江砚低头看着自己的腕侧,临录牌安静得几乎像一块死铁,可他知道,牌底那截回裁纹没有真的睡下去。

  它只是收了声。

  像一根埋在纸骨里的线,表面不动,底下却还在轻轻回绷。

  照纹盘撤下后,门背那层页脉暗了大半,只剩拓纸上那道半齿缺口还在白纱灯下浮着一点极浅的红。那红不再往外走,也不再往里缩,而是贴着缺口边缘,像被谁用指腹压住了最脆的一段血线,进退都不肯。

  首衡把拓纸接过去,封存官立刻上前换了新袋。她没有急着收起,而是盯着那半齿形的暗影看了足足三息,才沉声道:“把门槛封起来。今夜谁都不许再碰这扇门。”

  “已经封了三层。”护印执事答。

  “再加一层门槛钉时。”首衡声音更冷,“不是封门,是封手。”

  这句话落下,殿内几人的神色都沉了沉。

  封门还能防外力,封手却是把今夜所有可能伸过来的动作都提前钉死。江砚听得分明,首衡已经不再把这东西当成单纯的门背回收页,而是把它当成一条会自己找人的线。线若真能找人,先吃的往往不是最强的那个,而是最急的那个。

  他抬眼看向范回:“你刚才说,旧栏册在门后最底层的回收页里。门槛钉时一落,回收页会不会跟着起反应?”

  范回没立刻答,片刻后才道:“会。但不会是显反应。它会改写。”

  “改写什么?”阮照问。

  范回的目光落在拓纸断带上,慢慢吐出一句:“改写夜里换针的人。”

  殿内一静。

  这几个字一落,江砚眼底就浮出一层极薄的冷意。

  夜里换针的人,他不是第一次听见。可从前那只是案卷里一条模糊的影,像针脚、像手法、像某个在流程里来回补缝的执行者。如今这句话被范回用旧栏册的口气说出来,味道就全变了。

  不是换针,是换序。

  不是补补漏针,而是在夜里把一套针脚换成另一套,让所有被缝过的痕迹在天亮前自己以为从未被改过。

  “你是说,门背这套归栏逻辑,和换针的人有关?”江砚问。

  “不是有关。”范回道,“是同一只手。”

  首衡目光一压:“能确认?”

  范回抬手点了点拓纸最末端那道被剪断的旧名位:“你们以为这只手是在旧序里落笔,其实它是在针线里落笔。
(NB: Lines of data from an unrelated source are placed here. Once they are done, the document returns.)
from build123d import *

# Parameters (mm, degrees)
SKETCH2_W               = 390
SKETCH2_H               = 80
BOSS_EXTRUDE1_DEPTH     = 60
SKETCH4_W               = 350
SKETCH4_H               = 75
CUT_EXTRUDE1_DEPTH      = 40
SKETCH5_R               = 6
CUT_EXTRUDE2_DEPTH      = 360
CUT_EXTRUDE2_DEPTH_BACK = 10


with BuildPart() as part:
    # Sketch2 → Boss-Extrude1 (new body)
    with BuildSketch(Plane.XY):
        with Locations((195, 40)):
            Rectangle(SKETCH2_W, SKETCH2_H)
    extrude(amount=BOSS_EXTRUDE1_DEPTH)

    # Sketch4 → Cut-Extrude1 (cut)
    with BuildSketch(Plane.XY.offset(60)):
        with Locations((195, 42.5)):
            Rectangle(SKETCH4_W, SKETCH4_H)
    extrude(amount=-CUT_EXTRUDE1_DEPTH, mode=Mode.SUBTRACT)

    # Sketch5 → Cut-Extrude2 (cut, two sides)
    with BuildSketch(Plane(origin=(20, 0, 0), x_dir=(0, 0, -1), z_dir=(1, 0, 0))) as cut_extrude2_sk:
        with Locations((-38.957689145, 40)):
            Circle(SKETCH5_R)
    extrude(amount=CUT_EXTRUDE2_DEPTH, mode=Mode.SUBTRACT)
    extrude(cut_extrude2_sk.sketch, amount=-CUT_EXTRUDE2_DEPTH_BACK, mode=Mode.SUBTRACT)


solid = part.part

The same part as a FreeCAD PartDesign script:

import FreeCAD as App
import Part
import Sketcher
from FreeCAD import Vector
Q = App.Units.Quantity

doc = App.newDocument("Part")
body = doc.addObject("PartDesign::Body", "Body")

# Sketch on XY plane
sketch1 = body.newObject("Sketcher::SketchObject", "Sketch")
sketch1.AttachmentSupport = (doc.getObject("XY_Plane"), [""])
sketch1.MapMode = "FlatFace"
sketch1.addGeometry(Part.LineSegment(Vector(0, 80, 0), Vector(0, 0, 0)), False)
sketch1.addGeometry(Part.LineSegment(Vector(0, 0, 0), Vector(390, 0, 0)), False)
sketch1.addGeometry(Part.LineSegment(Vector(390, 0, 0), Vector(390, 80, 0)), False)
sketch1.addGeometry(Part.LineSegment(Vector(390, 80, 0), Vector(0, 80, 0)), False)
sketch1.addConstraint(Sketcher.Constraint("Coincident", 0, 2, 1, 1))
sketch1.addConstraint(Sketcher.Constraint("Coincident", 1, 2, 2, 1))
sketch1.addConstraint(Sketcher.Constraint("Coincident", 2, 2, 3, 1))
sketch1.addConstraint(Sketcher.Constraint("Coincident", 3, 2, 0, 1))
sketch1.addConstraint(Sketcher.Constraint("Vertical", 0))
sketch1.addConstraint(Sketcher.Constraint("Horizontal", 1))
sketch1.addConstraint(Sketcher.Constraint("Vertical", 2))
sketch1.addConstraint(Sketcher.Constraint("Horizontal", 3))
sketch1.addConstraint(Sketcher.Constraint("Coincident", 0, 2, -1, 1))
sketch1.addConstraint(Sketcher.Constraint("DistanceX", 1, 1, 1, 2, Q("390 mm")))
sketch1.addConstraint(Sketcher.Constraint("DistanceY", 0, 2, 0, 1, Q("80 mm")))
pad1 = body.newObject("PartDesign::Pad", "Pad")
pad1.Profile = sketch1
pad1.Length = 60

# Sketch on XY plane
sketch2 = body.newObject("Sketcher::SketchObject", "Sketch001")
sketch2.AttachmentSupport = (doc.getObject("XY_Plane"), [""])
sketch2.MapMode = "FlatFace"
sketch2.AttachmentOffset = App.Placement(Vector(0, 0, 60), App.Rotation())
sketch2.addGeometry(Part.LineSegment(Vector(20, 80, 0), Vector(20, 5, 0)), False)
sketch2.addGeometry(Part.LineSegment(Vector(20, 5, 0), Vector(370, 5, 0)), False)
sketch2.addGeometry(Part.LineSegment(Vector(370, 5, 0), Vector(370, 80, 0)), False)
sketch2.addGeometry(Part.LineSegment(Vector(370, 80, 0), Vector(20, 80, 0)), False)
sketch2.addConstraint(Sketcher.Constraint("Coincident", 0, 2, 1, 1))
sketch2.addConstraint(Sketcher.Constraint("Coincident", 1, 2, 2, 1))
sketch2.addConstraint(Sketcher.Constraint("Coincident", 2, 2, 3, 1))
sketch2.addConstraint(Sketcher.Constraint("Coincident", 3, 2, 0, 1))
sketch2.addConstraint(Sketcher.Constraint("Vertical", 0))
sketch2.addConstraint(Sketcher.Constraint("Horizontal", 1))
sketch2.addConstraint(Sketcher.Constraint("Vertical", 2))
sketch2.addConstraint(Sketcher.Constraint("Horizontal", 3))
sketch2.addConstraint(Sketcher.Constraint("DistanceX", 1, 1, 1, 2, Q("350 mm")))
sketch2.addConstraint(Sketcher.Constraint("DistanceY", 0, 2, 0, 1, Q("75 mm")))
sketch2.addConstraint(Sketcher.Constraint("DistanceX", -1, 1, 0, 2, Q("20 mm")))
sketch2.addConstraint(Sketcher.Constraint("DistanceY", -1, 1, 0, 2, Q("5 mm")))
pocket1 = body.newObject("PartDesign::Pocket", "Pocket")
pocket1.Profile = sketch2
pocket1.Length = 40

# Sketch on YZ plane
sketch3 = body.newObject("Sketcher::SketchObject", "Sketch002")
sketch3.AttachmentSupport = (doc.getObject("YZ_Plane"), [""])
sketch3.MapMode = "FlatFace"
sketch3.AttachmentOffset = App.Placement(Vector(0, 0, 20), App.Rotation())
sketch3.addGeometry(Part.Circle(Vector(40, 39, 0), Vector(0, 0, 1), 6), False)
sketch3.addConstraint(Sketcher.Constraint("Diameter", 0, Q("12 mm")))
sketch3.addConstraint(Sketcher.Constraint("DistanceX", -1, 1, 0, 3, Q("40 mm")))
sketch3.addConstraint(Sketcher.Constraint("DistanceY", -1, 1, 0, 3, Q("38.957689 mm")))
pocket2 = body.newObject("PartDesign::Pocket", "Pocket001")
pocket2.Profile = sketch3
pocket2.Type = "TwoLengths"
pocket2.Length = 360
pocket2.Length2 = 10
pocket2.Reversed = True

doc.recompute()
针是针,序是序,可在某些回收页里,针脚就是栏位,栏位就是针脚。谁改了一针,谁就改了一整条回栏路径。”

  江砚心头微震。

  他忽然想起方才门背裂口里浮出的那枚红色印点,想起它退回临录牌时的轻颤。那不是单纯的归还,更像一针回补。若旧序真把针脚和栏位绑在一起,那临录牌底的回裁纹就不只是引线,而是已经被人缝过一次的旧伤。

  而夜里换针的人,正是拿着这类旧伤做手脚的人。

  “所以他会来。”江砚低声道。

  范回点头:“会来补最后一针。半齿对上缺口以后,最先坐不住的就是换针手。因为缺口一旦对严,他藏的那根针就会露尾。”

  首衡闻言,立刻转头看向护印执事:“门槛钉时提前,按两刻前置。再把今晚所有经手过照纹盘、拓纸、封袋的人列成首轮见证。”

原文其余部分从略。